● **Work instructions**
All of the data is to be restated word for word.

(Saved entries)
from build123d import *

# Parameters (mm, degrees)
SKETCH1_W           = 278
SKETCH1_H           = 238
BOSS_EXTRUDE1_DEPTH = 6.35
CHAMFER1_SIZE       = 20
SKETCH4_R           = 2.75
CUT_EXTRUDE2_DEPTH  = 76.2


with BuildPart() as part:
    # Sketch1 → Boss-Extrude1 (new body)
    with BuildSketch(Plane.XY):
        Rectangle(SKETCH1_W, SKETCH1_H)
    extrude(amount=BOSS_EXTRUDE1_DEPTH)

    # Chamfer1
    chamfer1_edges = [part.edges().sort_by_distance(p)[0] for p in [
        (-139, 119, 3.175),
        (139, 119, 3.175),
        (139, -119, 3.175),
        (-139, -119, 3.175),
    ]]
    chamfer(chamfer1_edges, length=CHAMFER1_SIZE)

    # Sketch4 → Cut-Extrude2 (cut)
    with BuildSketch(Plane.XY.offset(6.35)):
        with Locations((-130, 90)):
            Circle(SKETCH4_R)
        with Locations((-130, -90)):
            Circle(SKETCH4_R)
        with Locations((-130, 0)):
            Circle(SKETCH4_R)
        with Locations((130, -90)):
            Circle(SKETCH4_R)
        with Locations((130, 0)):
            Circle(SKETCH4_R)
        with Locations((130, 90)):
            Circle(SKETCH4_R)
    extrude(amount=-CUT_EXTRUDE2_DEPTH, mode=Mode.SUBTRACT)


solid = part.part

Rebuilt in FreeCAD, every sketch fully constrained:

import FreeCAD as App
import Part
import Sketcher
from FreeCAD import Vector
Q = App.Units.Quantity


def edges_at(feature, points):
    """Names of the edges that pass closest to the given points."""
    edges = feature.Shape.Edges
    near = lambda p: min(range(len(edges)), key=lambda i: edges[i].distToShape(Part.Vertex(*p))[0])
    return sorted({f"Edge{near(p) + 1}" for p in points})


def add_polygon(sketch, points):
    """Adds a closed chain of lines whose ends are joined by coincident constraints."""
    first, n = sketch.GeometryCount, len(points)
    for a, b in zip(points, points[1:] + points[:1]):
        sketch.addGeometry(Part.LineSegment(App.Vector(*a, 0), App.Vector(*b, 0)), False)
    for i in range(n):
        sketch.addConstraint(Sketcher.Constraint("Coincident", first + i, 2, first + (i + 1) % n, 1))

doc = App.newDocument("Part")
body = doc.addObject("PartDesign::Body", "Body")

# Sketch on XY plane
sketch1 = body.newObject("Sketcher::SketchObject", "Sketch")
sketch1.AttachmentSupport = (doc.getObject("XY_Plane"), [""])
sketch1.MapMode = "FlatFace"
add_polygon(sketch1, [(-139, 119), (-139, -119), (139, -119), (139, 119)])  # lines 0-3
sketch1.addConstraint([
    Sketcher.Constraint("Vertical", 0),
    Sketcher.Constraint("Horizontal", 1),
    Sketcher.Constraint("Vertical", 2),
    Sketcher.Constraint("Horizontal", 3),
    Sketcher.Constraint("Symmetric", 0, 2, 2, 2, -1, 1),
    Sketcher.Constraint("DistanceX", 1, 1, 1, 2, Q("278 mm")),
    Sketcher.Constraint("DistanceY", 0, 2, 0, 1, Q("238 mm")),
])
pad1 = body.newObject("PartDesign::Pad", "Pad")
pad1.Profile = sketch1
pad1.Length = 6.35
doc.recompute()

chamfer = body.newObject("PartDesign::Chamfer", "Chamfer")
chamfer.Base = (pad1, edges_at(pad1, [
    (-139, 119, 3.175),
    (139, 119, 3.175),
    (139, -119, 3.175),
    (-139, -119, 3.175),
]))
chamfer.Size = 20

# Sketch on XY plane
sketch2 = body.newObject("Sketcher::SketchObject", "Sketch001")
sketch2.AttachmentSupport = (doc.getObject("XY_Plane"), [""])
sketch2.MapMode = "FlatFace"
sketch2.AttachmentOffset = App.Placement(Vector(0, 0, 6.35), App.Rotation())
sketch2.addGeometry([
    Part.Circle(Vector(-130, 90, 0), Vector(0, 0, 1), 2.8),  # 0
    Part.Circle(Vector(-130, -90, 0), Vector(0, 0, 1), 2.8),  # 1
    Part.Circle(Vector(-130, 0, 0), Vector(0, 0, 1), 2.8),  # 2
    Part.Circle(Vector(130, -90, 0), Vector(0, 0, 1), 2.8),  # 3
    Part.Circle(Vector(130, 0, 0), Vector(0, 0, 1), 2.8),  # 4
    Part.Circle(Vector(130, 90, 0), Vector(0, 0, 1), 2.8),  # 5
], False)
sketch2.addConstraint([
    Sketcher.Constraint("Equal", 0, 1),
    Sketcher.Constraint("Equal", 1, 2),
    Sketcher.Constraint("Equal", 2, 3),
    Sketcher.Constraint("Equal", 3, 4),
    Sketcher.Constraint("Equal", 4, 5),
    Sketcher.Constraint("Symmetric", 0, 3, 3, 3, -1, 1),
    Sketcher.Constraint("Symmetric", 2, 3, 4, 3, -1, 1),
    Sketcher.Constraint("Symmetric", 1, 3, 5, 3, -1, 1),
    Sketcher.Constraint("Symmetric", 1, 3, 3, 3, -2),
    Sketcher.Constraint("PointOnObject", 2, 3, -1),
    Sketcher.Constraint("Vertical", 1, 3, 2, 3),
    Sketcher.Constraint("Diameter", 0, Q("5.5 mm")),
    Sketcher.Constraint("DistanceX", 0, 3, -1, 1, Q("130 mm")),
    Sketcher.Constraint("DistanceY", -1, 1, 0, 3, Q("90 mm")),
])
pocket1 = body.newObject("PartDesign::Pocket", "Pocket")
pocket1.Profile = sketch2
pocket1.Length = 76.2

doc.recompute()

● **Result for this exercise**
from build123d import *

# Parameters (mm, degrees)
SKETCH1_W           = 278
SKETCH1_H           = 238
BOSS_EXTRUDE1_DEPTH = 6.35
CHAMFER1_SIZE       = 20
SKETCH4_R           = 2.75
CUT_EXTRUDE2_DEPTH  = 76.2


with BuildPart() as part:
    # Sketch1 → Boss-Extrude1 (new body)
    with BuildSketch(Plane.XY):
        Rectangle(SKETCH1_W, SKETCH1_H)
    extrude(amount=BOSS_EXTRUDE1_DEPTH)

    # Chamfer1
    chamfer1_edges = [part.edges().sort_by_distance(p)[0] for p in [
        (-139, 119, 3.175),
        (139, 119, 3.175),
        (139, -119, 3.175),
        (-139, -119, 3.175),
    ]]
    chamfer(chamfer1_edges, length=CHAMFER1_SIZE)

    # Sketch4 → Cut-Extrude2 (cut)
    with BuildSketch(Plane.XY.offset(6.35)):
        with Locations((-130, 90)):
            Circle(SKETCH4_R)
        with Locations((-130, -90)):
            Circle(SKETCH4_R)
        with Locations((-130, 0)):
            Circle(SKETCH4_R)
        with Locations((130, -90)):
            Circle(SKETCH4_R)
        with Locations((130, 0)):
            Circle(SKETCH4_R)
        with Locations((130, 90)):
            Circle(SKETCH4_R)
    extrude(amount=-CUT_EXTRUDE2_DEPTH, mode=Mode.SUBTRACT)


solid = part.part

Rebuilt in FreeCAD, every sketch fully constrained:

import FreeCAD as App
import Part
import Sketcher
from FreeCAD import Vector
Q = App.Units.Quantity


def edges_at(feature, points):
    """Names of the edges that pass closest to the given points."""
    edges = feature.Shape.Edges
    near = lambda p: min(range(len(edges)), key=lambda i: edges[i].distToShape(Part.Vertex(*p))[0])
    return sorted({f"Edge{near(p) + 1}" for p in points})


def add_polygon(sketch, points):
    """Adds a closed chain of lines whose ends are joined by coincident constraints."""
    first, n = sketch.GeometryCount, len(points)
    for a, b in zip(points, points[1:] + points[:1]):
        sketch.addGeometry(Part.LineSegment(App.Vector(*a, 0), App.Vector(*b, 0)), False)
    for i in range(n):
        sketch.addConstraint(Sketcher.Constraint("Coincident", first + i, 2, first + (i + 1) % n, 1))

doc = App.newDocument("Part")
body = doc.addObject("PartDesign::Body", "Body")

# Sketch on XY plane
sketch1 = body.newObject("Sketcher::SketchObject", "Sketch")
sketch1.AttachmentSupport = (doc.getObject("XY_Plane"), [""])
sketch1.MapMode = "FlatFace"
add_polygon(sketch1, [(-139, 119), (-139, -119), (139, -119), (139, 119)])  # lines 0-3
sketch1.addConstraint([
    Sketcher.Constraint("Vertical", 0),
    Sketcher.Constraint("Horizontal", 1),
    Sketcher.Constraint("Vertical", 2),
    Sketcher.Constraint("Horizontal", 3),
    Sketcher.Constraint("Symmetric", 0, 2, 2, 2, -1, 1),
    Sketcher.Constraint("DistanceX", 1, 1, 1, 2, Q("278 mm")),
    Sketcher.Constraint("DistanceY", 0, 2, 0, 1, Q("238 mm")),
])
pad1 = body.newObject("PartDesign::Pad", "Pad")
pad1.Profile = sketch1
pad1.Length = 6.35
doc.recompute()

chamfer = body.newObject("PartDesign::Chamfer", "Chamfer")
chamfer.Base = (pad1, edges_at(pad1, [
    (-139, 119, 3.175),
    (139, 119, 3.175),
    (139, -119, 3.175),
    (-139, -119, 3.175),
]))
chamfer.Size = 20

# Sketch on XY plane
sketch2 = body.newObject("Sketcher::SketchObject", "Sketch001")
sketch2.AttachmentSupport = (doc.getObject("XY_Plane"), [""])
sketch2.MapMode = "FlatFace"
sketch2.AttachmentOffset = App.Placement(Vector(0, 0, 6.35), App.Rotation())
sketch2.addGeometry([
    Part.Circle(Vector(-130, 90, 0), Vector(0, 0, 1), 2.8),  # 0
    Part.Circle(Vector(-130, -90, 0), Vector(0, 0, 1), 2.8),  # 1
    Part.Circle(Vector(-130, 0, 0), Vector(0, 0, 1), 2.8),  # 2
    Part.Circle(Vector(130, -90, 0), Vector(0, 0, 1), 2.8),  # 3
    Part.Circle(Vector(130, 0, 0), Vector(0, 0, 1), 2.8),  # 4
    Part.Circle(Vector(130, 90, 0), Vector(0, 0, 1), 2.8),  # 5
], False)
sketch2.addConstraint([
    Sketcher.Constraint("Equal", 0, 1),
    Sketcher.Constraint("Equal", 1, 2),
    Sketcher.Constraint("Equal", 2, 3),
    Sketcher.Constraint("Equal", 3, 4),
    Sketcher.Constraint("Equal", 4, 5),
    Sketcher.Constraint("Symmetric", 0, 3, 3, 3, -1, 1),
    Sketcher.Constraint("Symmetric", 2, 3, 4, 3, -1, 1),
    Sketcher.Constraint("Symmetric", 1, 3, 5, 3, -1, 1),
    Sketcher.Constraint("Symmetric", 1, 3, 3, 3, -2),
    Sketcher.Constraint("PointOnObject", 2, 3, -1),
    Sketcher.Constraint("Vertical", 1, 3, 2, 3),
    Sketcher.Constraint("Diameter", 0, Q("5.5 mm")),
    Sketcher.Constraint("DistanceX", 0, 3, -1, 1, Q("130 mm")),
    Sketcher.Constraint("DistanceY", -1, 1, 0, 3, Q("90 mm")),
])
pocket1 = body.newObject("PartDesign::Pocket", "Pocket")
pocket1.Profile = sketch2
pocket1.Length = 76.2

doc.recompute()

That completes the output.